Federal, state and local governments have unique needs. Banks, in response, have dedicated a portion of their business to address them.
“There are many best practices that can be implemented if one understands the laws that affect government,” says Karen Bigelow, senior vice president and regional manager of the government banking division at U.S. Bank.
With open communication, banks can develop customized services that help government entities. Getting them to talk, however, can be difficult.
Smart Business spoke with Bigelow about some underutilized services banks can offer government entities.
What do government clients need?
The needs of government entities are vast and broad. They need support in collections, disbursements, investments and borrowing the cash necessary to support operations.
The challenge with serving government clients is they are often broken down into decentralized units with special responsibilities. That requires banks to learn about all of them in order to take a consultative approach and apply experts in certain business lines to help these entities solve problems.
The more a bank understands how a government entity operates, the easier it is to recommend appropriate solutions. It’s critical to have a strong relationship that allows the sharing of information so that banks are not recommending a one-size-fits-all solution that isn’t appropriate.
What are the typical barriers to working consultatively with government entities?
The organizational structure of governments means not one person has all the details, so banks must talk to multiple people to get a full understanding of its strategies before offering consultation on services.
Governments often bid for banking services using requests for proposals handled by a purchasing department, leaving little interaction with a financial institution except through email. This impedes the consultative communication that leads to an understanding of the entity’s processes, which leads to competition among banks based solely on price.
What are common government pain points?
The most common issue is in addressing its collection and dispersing of revenue in a timely, but more automated way with reduced staffing and budgets.
Government, in an attempt to collect money securely, must to do so without disrupting customer service. A bank can work with government to find the most efficient process of delivering a service in the least costly way while balancing the needs of customers with the efficient execution of duties. This often requires a lot of consulting with its financial partners.
What services can banks offer that many government entities may not realize?
Banks can offer a lot of services traditionally provided by third-party vendors, such as electronic services for billing and collection, and presenting statements.
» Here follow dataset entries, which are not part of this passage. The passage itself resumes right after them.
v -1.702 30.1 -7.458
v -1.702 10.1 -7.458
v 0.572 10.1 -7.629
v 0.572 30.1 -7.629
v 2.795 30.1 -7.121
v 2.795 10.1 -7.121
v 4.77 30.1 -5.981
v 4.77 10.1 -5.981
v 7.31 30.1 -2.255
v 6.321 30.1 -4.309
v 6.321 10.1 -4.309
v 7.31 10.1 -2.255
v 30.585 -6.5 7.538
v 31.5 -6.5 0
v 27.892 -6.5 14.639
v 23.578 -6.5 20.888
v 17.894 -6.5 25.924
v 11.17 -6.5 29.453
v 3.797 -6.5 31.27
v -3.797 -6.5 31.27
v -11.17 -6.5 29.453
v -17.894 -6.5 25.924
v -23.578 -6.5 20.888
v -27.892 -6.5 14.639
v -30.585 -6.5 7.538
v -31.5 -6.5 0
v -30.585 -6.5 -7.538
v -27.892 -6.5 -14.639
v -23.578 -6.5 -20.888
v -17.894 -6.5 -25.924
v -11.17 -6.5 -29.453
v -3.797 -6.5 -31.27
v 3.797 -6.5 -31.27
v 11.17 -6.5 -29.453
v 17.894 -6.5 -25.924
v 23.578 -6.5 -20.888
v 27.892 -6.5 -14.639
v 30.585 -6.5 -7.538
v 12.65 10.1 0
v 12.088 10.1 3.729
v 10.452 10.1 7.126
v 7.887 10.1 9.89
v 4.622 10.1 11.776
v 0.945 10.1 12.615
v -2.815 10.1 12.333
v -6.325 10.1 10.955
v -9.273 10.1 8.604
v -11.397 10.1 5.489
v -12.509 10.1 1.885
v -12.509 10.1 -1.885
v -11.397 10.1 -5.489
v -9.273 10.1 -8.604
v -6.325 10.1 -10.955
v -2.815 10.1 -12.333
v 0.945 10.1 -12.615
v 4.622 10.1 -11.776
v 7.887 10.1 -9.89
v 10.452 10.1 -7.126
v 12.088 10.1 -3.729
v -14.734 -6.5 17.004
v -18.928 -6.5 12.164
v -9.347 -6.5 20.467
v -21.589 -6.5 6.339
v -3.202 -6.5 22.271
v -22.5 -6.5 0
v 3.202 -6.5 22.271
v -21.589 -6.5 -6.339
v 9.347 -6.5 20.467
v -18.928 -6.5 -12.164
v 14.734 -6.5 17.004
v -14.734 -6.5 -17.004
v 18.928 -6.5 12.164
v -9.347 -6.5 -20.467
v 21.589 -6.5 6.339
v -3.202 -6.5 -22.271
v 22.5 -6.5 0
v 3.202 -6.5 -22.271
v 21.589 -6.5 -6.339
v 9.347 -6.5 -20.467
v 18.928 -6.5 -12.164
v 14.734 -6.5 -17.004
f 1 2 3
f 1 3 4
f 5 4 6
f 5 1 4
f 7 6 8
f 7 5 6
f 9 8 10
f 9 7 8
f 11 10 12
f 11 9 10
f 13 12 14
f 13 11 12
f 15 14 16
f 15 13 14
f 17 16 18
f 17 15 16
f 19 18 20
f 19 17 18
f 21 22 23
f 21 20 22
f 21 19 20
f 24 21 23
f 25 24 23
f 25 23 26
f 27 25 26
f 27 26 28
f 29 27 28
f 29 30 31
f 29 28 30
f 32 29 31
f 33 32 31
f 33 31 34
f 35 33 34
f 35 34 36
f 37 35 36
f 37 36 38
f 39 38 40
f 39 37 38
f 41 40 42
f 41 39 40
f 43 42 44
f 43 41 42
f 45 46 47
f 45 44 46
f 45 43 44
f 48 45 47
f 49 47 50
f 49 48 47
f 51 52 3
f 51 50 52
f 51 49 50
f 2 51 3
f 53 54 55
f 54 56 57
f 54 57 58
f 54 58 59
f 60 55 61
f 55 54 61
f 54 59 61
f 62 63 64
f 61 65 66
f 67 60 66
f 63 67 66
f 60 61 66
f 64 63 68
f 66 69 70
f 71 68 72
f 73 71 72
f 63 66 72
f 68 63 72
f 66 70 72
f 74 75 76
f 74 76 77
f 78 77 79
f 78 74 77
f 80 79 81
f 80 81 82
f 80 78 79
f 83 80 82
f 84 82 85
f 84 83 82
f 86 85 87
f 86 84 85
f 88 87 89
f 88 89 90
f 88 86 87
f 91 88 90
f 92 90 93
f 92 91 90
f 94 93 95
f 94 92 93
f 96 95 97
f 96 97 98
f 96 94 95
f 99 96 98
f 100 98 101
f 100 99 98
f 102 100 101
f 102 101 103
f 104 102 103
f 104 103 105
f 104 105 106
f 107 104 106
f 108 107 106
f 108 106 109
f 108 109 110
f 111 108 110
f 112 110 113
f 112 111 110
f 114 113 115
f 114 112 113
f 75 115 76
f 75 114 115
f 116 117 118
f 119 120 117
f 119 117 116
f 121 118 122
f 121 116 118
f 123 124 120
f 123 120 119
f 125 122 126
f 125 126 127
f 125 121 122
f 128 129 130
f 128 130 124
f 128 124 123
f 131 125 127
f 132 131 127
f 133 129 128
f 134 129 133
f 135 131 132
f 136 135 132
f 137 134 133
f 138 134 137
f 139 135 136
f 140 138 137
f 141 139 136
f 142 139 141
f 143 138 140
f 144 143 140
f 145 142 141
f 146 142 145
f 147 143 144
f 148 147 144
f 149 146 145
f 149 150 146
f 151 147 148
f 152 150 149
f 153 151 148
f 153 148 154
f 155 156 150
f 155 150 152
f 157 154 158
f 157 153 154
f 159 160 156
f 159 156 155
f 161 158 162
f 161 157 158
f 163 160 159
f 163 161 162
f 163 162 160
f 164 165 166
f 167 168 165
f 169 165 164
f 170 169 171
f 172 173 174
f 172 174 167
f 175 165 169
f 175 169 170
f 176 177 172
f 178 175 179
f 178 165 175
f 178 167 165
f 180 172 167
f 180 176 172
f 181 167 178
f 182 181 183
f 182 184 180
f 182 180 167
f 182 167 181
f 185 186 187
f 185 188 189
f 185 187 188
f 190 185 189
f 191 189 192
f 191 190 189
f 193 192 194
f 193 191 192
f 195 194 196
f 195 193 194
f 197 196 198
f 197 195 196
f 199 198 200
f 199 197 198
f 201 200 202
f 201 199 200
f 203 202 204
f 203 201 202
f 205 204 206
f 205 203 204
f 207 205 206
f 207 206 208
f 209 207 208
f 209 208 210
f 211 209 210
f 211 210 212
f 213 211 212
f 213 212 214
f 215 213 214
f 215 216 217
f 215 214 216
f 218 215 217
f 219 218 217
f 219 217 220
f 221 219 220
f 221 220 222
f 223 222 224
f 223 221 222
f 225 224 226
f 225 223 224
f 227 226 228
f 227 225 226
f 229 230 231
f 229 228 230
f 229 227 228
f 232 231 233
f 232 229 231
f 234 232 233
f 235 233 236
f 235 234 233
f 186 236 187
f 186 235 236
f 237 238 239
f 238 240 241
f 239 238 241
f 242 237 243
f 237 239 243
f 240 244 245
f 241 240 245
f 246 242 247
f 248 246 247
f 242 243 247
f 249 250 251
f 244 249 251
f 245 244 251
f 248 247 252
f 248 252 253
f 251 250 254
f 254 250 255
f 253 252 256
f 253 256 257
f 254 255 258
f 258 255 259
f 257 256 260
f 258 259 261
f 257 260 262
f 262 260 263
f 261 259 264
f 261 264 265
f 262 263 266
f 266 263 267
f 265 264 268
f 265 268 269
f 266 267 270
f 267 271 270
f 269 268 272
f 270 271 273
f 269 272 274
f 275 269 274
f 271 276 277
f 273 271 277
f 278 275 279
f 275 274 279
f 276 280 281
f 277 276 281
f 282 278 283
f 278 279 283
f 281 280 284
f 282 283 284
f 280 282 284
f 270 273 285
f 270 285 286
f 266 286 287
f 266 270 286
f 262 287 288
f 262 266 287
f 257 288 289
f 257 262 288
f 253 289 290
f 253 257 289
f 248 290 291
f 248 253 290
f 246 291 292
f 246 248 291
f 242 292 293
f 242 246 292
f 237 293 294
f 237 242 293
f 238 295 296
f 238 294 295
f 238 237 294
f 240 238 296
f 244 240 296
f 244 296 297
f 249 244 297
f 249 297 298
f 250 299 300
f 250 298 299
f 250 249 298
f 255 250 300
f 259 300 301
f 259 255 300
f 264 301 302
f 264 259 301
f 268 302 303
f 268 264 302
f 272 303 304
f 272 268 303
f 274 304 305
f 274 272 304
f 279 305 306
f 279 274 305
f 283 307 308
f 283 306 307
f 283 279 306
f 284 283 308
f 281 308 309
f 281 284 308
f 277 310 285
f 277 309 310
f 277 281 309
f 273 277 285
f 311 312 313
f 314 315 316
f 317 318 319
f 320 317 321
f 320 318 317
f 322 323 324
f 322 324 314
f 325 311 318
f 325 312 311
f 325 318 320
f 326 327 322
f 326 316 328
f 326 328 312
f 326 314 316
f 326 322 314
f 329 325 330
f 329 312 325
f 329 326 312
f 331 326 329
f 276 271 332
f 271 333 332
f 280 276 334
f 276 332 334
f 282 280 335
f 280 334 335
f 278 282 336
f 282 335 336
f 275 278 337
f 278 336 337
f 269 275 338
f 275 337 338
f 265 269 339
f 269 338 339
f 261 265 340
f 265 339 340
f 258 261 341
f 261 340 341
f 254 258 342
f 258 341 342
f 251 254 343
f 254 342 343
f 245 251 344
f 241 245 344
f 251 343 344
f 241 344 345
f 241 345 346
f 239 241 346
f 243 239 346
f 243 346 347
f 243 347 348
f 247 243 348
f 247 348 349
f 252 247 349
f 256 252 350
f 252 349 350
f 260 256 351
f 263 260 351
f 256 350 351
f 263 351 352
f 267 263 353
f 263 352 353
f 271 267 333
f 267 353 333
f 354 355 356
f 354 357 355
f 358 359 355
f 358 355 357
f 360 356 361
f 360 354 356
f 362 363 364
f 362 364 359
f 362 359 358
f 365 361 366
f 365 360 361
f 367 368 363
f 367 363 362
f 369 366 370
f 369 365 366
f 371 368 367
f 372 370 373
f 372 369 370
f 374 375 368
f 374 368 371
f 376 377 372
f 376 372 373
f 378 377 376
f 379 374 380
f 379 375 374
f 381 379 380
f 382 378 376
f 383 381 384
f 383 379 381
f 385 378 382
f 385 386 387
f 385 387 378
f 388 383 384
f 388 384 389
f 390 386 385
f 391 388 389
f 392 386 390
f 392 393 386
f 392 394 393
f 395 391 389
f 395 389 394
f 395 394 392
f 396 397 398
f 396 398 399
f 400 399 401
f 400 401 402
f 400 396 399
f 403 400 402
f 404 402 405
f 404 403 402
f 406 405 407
When looking to improve their technology, government entities will often hire third-party consultants, not financial institutions, to help implement the same electronic payment services banks provide.
Governments have an obligation to stale-date a check after a certain period of time that it’s been outstanding. Banks offer a service that helps them comply with state audit rules and automatically eliminate those checks from their outstanding payments. There are also lockbox collection services for all types of payments, including electronic.
In addition, banks can help governments disburse high-volume payments such as unemployment through card services.
How can working closer with a bank be beneficial to governments?
Government entities have a fiduciary obligation to protect funds, but they must do that while serving a diverse population. Sharing information about their needs can be beneficial. In the process, government entities gain free consultants while saving money by optimizing operations and minimizing third-party vendors, protecting their information and public deposits.
Time is a precious commodity. The more governments share information with their banks the more help can be provided to save time by processing more effectively.